_TRY IT_
Nothing outside the range below should be printed. Output exactly the lines from the line with "f 39 111 110" to the line with "f 87 83 147", both included.

(Collected data)

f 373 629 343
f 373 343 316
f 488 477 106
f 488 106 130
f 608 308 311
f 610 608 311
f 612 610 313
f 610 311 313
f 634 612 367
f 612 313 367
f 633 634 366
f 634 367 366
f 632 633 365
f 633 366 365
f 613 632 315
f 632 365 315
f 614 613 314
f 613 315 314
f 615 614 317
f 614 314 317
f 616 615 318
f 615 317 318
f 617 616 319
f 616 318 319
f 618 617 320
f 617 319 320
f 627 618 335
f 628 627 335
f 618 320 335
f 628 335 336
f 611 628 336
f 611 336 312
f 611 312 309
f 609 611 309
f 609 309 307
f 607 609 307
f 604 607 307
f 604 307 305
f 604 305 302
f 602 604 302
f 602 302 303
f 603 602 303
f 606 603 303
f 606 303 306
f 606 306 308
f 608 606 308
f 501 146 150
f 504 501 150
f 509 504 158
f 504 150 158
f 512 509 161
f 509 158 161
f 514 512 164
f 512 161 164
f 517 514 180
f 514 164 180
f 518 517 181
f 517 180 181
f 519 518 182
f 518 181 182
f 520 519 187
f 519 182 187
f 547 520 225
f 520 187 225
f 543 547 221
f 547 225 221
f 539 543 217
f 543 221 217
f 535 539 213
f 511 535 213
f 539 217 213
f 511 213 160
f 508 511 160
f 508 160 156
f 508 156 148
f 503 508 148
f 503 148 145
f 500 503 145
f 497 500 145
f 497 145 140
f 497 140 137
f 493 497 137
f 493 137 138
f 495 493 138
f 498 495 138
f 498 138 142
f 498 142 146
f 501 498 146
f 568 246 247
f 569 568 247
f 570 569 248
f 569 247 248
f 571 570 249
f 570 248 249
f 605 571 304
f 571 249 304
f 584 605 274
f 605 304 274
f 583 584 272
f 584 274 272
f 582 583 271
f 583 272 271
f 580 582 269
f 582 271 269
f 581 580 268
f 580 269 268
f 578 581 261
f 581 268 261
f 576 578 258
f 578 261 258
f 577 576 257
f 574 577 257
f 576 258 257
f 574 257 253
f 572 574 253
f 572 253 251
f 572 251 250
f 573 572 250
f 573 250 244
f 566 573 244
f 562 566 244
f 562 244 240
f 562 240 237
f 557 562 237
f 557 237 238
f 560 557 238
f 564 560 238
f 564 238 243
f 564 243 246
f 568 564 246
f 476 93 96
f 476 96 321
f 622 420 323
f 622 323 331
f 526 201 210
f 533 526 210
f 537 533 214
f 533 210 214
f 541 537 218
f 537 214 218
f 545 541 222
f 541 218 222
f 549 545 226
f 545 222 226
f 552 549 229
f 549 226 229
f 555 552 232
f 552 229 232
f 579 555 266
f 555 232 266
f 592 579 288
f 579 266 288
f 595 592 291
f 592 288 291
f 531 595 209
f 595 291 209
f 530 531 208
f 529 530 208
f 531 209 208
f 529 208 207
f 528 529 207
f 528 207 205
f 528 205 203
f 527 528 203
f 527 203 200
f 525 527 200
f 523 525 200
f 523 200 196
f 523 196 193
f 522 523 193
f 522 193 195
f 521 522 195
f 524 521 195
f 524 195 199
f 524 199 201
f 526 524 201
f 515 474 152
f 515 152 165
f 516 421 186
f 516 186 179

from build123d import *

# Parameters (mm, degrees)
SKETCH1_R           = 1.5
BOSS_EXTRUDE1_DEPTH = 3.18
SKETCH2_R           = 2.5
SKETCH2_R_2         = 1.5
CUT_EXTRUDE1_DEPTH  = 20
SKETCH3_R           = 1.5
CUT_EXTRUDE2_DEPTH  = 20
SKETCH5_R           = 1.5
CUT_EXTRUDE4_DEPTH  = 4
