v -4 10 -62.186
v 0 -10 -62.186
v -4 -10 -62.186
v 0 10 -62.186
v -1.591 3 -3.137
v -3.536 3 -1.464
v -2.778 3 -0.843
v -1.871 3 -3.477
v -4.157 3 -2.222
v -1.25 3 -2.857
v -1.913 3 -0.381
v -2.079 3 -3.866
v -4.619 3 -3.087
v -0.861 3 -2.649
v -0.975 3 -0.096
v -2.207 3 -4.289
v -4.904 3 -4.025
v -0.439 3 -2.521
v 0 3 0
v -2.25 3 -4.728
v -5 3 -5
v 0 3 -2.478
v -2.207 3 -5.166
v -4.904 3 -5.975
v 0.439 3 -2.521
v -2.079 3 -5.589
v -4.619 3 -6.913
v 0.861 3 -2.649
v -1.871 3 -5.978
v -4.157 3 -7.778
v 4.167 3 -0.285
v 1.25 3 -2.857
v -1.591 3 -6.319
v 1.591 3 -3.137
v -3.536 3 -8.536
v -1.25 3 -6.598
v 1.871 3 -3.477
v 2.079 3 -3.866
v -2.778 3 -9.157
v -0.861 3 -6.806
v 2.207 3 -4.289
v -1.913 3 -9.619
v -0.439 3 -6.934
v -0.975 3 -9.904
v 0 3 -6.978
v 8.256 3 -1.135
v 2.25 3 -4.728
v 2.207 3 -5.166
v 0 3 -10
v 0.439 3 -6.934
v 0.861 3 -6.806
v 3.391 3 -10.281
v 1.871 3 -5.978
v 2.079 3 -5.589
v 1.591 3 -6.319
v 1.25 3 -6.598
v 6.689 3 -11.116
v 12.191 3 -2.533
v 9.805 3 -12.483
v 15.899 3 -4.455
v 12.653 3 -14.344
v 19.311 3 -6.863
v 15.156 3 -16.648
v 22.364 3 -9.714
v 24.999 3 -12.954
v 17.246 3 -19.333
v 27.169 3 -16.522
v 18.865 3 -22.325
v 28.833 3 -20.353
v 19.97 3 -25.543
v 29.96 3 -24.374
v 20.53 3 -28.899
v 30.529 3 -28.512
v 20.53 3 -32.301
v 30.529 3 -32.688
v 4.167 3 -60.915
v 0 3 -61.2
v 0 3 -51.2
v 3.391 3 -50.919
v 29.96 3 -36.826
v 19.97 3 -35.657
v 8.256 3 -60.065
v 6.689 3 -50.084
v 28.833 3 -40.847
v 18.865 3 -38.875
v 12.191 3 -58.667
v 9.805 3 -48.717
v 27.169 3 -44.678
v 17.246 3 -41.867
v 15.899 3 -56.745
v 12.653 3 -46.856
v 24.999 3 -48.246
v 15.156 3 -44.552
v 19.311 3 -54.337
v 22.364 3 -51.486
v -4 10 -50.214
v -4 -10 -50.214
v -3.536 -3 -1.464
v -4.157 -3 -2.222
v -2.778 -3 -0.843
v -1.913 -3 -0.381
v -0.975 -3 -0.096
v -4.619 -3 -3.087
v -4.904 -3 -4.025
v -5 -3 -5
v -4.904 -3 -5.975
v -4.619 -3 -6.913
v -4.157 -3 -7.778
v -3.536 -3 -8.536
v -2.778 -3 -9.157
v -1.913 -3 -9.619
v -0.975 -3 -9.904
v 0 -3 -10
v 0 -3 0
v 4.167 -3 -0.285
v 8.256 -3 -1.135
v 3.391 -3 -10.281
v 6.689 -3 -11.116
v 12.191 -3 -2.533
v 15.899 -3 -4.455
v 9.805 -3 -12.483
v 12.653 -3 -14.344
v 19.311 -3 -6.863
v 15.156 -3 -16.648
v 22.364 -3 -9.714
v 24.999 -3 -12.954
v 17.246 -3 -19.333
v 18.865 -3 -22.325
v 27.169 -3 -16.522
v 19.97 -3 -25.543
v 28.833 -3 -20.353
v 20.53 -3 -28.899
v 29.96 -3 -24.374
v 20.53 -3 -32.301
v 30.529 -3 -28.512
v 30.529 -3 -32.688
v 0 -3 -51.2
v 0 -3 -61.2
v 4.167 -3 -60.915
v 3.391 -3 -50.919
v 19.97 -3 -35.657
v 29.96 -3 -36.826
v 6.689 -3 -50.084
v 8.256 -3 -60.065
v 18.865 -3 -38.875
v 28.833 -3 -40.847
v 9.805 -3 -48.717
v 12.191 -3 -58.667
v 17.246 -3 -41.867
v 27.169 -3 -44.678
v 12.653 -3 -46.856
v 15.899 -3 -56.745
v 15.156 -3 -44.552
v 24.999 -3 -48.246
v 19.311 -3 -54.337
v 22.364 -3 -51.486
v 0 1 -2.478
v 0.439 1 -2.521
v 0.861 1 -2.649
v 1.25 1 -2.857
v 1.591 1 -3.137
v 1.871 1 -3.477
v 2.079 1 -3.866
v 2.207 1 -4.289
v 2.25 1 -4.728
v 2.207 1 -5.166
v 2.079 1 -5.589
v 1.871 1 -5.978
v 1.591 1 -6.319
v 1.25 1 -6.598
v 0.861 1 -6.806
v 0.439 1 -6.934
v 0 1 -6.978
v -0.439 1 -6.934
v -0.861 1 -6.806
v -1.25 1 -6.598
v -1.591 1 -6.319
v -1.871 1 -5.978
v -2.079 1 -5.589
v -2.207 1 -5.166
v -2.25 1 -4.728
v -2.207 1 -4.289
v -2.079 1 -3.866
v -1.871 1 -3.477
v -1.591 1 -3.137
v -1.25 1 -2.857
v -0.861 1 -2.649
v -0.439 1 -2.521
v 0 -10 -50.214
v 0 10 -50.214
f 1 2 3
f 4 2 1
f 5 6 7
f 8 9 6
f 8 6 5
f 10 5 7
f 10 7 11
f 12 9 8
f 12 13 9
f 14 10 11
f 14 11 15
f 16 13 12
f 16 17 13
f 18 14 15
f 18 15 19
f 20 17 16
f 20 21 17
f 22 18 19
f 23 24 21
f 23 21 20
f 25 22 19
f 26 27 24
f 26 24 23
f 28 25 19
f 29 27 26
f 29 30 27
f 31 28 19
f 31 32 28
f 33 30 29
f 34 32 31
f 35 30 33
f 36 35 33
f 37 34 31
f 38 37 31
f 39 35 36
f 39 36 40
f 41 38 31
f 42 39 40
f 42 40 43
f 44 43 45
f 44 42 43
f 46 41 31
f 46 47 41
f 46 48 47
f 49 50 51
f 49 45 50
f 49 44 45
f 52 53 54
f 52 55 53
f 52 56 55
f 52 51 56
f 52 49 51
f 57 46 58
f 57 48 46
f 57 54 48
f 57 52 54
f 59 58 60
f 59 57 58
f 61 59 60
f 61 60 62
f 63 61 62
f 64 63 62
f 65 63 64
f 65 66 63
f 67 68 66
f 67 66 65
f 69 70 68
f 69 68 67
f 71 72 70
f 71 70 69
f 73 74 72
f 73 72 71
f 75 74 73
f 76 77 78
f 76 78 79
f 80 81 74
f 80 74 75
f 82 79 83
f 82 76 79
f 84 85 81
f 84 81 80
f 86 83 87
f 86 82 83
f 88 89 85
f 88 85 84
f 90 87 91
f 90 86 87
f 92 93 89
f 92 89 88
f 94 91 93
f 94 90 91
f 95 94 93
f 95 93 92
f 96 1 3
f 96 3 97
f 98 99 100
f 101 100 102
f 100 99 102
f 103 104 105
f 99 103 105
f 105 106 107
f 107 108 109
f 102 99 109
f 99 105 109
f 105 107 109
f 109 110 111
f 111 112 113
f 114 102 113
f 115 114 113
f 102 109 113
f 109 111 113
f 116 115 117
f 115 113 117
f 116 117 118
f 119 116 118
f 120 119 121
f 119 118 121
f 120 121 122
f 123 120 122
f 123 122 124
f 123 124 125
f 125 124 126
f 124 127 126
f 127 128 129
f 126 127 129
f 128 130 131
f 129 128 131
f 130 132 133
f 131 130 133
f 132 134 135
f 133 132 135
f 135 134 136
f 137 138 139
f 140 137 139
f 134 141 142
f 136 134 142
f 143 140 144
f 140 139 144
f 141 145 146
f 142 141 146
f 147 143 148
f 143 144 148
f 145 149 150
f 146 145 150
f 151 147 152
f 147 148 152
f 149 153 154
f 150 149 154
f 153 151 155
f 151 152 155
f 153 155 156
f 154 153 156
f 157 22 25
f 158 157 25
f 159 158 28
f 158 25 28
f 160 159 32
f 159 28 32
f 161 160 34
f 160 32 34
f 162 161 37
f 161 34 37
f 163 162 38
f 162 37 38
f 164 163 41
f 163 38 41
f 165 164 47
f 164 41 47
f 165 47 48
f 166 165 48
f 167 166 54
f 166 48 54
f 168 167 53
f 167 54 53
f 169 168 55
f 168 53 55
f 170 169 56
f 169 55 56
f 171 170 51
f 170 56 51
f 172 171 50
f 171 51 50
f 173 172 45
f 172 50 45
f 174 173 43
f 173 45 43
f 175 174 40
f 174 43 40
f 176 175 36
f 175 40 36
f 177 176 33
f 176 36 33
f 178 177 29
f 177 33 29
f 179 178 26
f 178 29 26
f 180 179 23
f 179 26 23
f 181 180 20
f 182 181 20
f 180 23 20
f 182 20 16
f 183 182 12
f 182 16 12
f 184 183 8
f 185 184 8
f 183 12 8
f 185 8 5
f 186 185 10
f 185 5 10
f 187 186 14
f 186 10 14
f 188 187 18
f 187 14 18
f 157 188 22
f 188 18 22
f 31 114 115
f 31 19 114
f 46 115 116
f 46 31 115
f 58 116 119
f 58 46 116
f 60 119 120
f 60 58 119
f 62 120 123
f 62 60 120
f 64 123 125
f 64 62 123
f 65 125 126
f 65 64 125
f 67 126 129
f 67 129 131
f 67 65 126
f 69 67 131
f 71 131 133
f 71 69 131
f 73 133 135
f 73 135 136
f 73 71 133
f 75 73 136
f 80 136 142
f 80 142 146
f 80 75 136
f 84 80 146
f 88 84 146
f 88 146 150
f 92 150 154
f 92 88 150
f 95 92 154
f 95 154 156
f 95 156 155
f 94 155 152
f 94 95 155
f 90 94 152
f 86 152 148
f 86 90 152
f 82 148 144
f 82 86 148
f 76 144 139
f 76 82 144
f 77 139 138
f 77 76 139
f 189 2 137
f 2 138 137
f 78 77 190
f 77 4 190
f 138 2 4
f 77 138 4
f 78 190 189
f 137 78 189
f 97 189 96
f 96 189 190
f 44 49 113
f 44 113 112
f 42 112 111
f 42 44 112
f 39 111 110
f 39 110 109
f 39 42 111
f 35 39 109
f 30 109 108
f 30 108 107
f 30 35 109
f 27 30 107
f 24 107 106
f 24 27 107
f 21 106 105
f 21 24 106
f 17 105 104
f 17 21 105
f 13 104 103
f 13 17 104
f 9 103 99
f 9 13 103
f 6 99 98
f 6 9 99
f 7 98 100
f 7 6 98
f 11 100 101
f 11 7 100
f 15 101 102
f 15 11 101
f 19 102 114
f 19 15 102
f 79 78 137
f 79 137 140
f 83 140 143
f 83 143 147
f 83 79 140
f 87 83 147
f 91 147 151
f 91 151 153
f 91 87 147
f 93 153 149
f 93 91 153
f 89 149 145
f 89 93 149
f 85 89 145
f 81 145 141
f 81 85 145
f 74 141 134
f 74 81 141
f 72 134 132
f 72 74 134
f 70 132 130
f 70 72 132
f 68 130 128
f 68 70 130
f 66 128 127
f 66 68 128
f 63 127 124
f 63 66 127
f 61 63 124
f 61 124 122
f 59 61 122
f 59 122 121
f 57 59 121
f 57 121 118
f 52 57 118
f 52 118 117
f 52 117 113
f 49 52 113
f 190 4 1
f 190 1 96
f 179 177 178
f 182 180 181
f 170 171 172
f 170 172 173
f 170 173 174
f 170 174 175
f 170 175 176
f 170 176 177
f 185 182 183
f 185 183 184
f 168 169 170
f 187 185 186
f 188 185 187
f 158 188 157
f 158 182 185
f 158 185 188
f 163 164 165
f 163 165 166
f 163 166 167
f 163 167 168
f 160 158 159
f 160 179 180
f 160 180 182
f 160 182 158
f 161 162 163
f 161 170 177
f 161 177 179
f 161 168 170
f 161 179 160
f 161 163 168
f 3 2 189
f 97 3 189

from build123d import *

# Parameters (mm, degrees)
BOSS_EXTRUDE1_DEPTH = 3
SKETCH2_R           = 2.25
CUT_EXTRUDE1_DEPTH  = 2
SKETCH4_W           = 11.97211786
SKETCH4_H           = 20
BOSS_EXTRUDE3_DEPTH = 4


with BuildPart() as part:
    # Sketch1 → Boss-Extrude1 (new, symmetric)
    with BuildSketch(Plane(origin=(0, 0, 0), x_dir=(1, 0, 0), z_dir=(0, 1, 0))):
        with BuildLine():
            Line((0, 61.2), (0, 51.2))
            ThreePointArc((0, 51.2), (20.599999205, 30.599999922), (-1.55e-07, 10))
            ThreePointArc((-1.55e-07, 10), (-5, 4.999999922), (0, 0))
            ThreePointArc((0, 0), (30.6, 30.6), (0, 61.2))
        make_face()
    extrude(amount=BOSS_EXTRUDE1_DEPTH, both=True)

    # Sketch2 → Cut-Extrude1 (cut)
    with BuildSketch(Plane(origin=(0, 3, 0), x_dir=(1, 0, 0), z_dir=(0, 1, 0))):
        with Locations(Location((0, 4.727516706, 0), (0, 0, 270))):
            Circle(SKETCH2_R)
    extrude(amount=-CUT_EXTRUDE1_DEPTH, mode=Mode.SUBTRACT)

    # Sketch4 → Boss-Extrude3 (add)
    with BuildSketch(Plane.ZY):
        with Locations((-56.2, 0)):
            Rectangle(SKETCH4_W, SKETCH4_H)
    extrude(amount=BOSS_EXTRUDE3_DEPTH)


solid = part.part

_SOLUTION BELOW_
f 39 111 110
f 39 110 109
f 39 42 111
f 35 39 109
f 30 109 108
f 30 108 107
f 30 35 109
f 27 30 107
f 24 107 106
f 24 27 107
f 21 106 105
f 21 24 106
f 17 105 104
f 17 21 105
f 13 104 103
f 13 17 104
f 9 103 99
f 9 13 103
f 6 99 98
f 6 9 99
f 7 98 100
f 7 6 98
f 11 100 101
f 11 7 100
f 15 101 102
f 15 11 101
f 19 102 114
f 19 15 102
f 79 78 137
f 79 137 140
f 83 140 143
f 83 143 147
f 83 79 140
f 87 83 147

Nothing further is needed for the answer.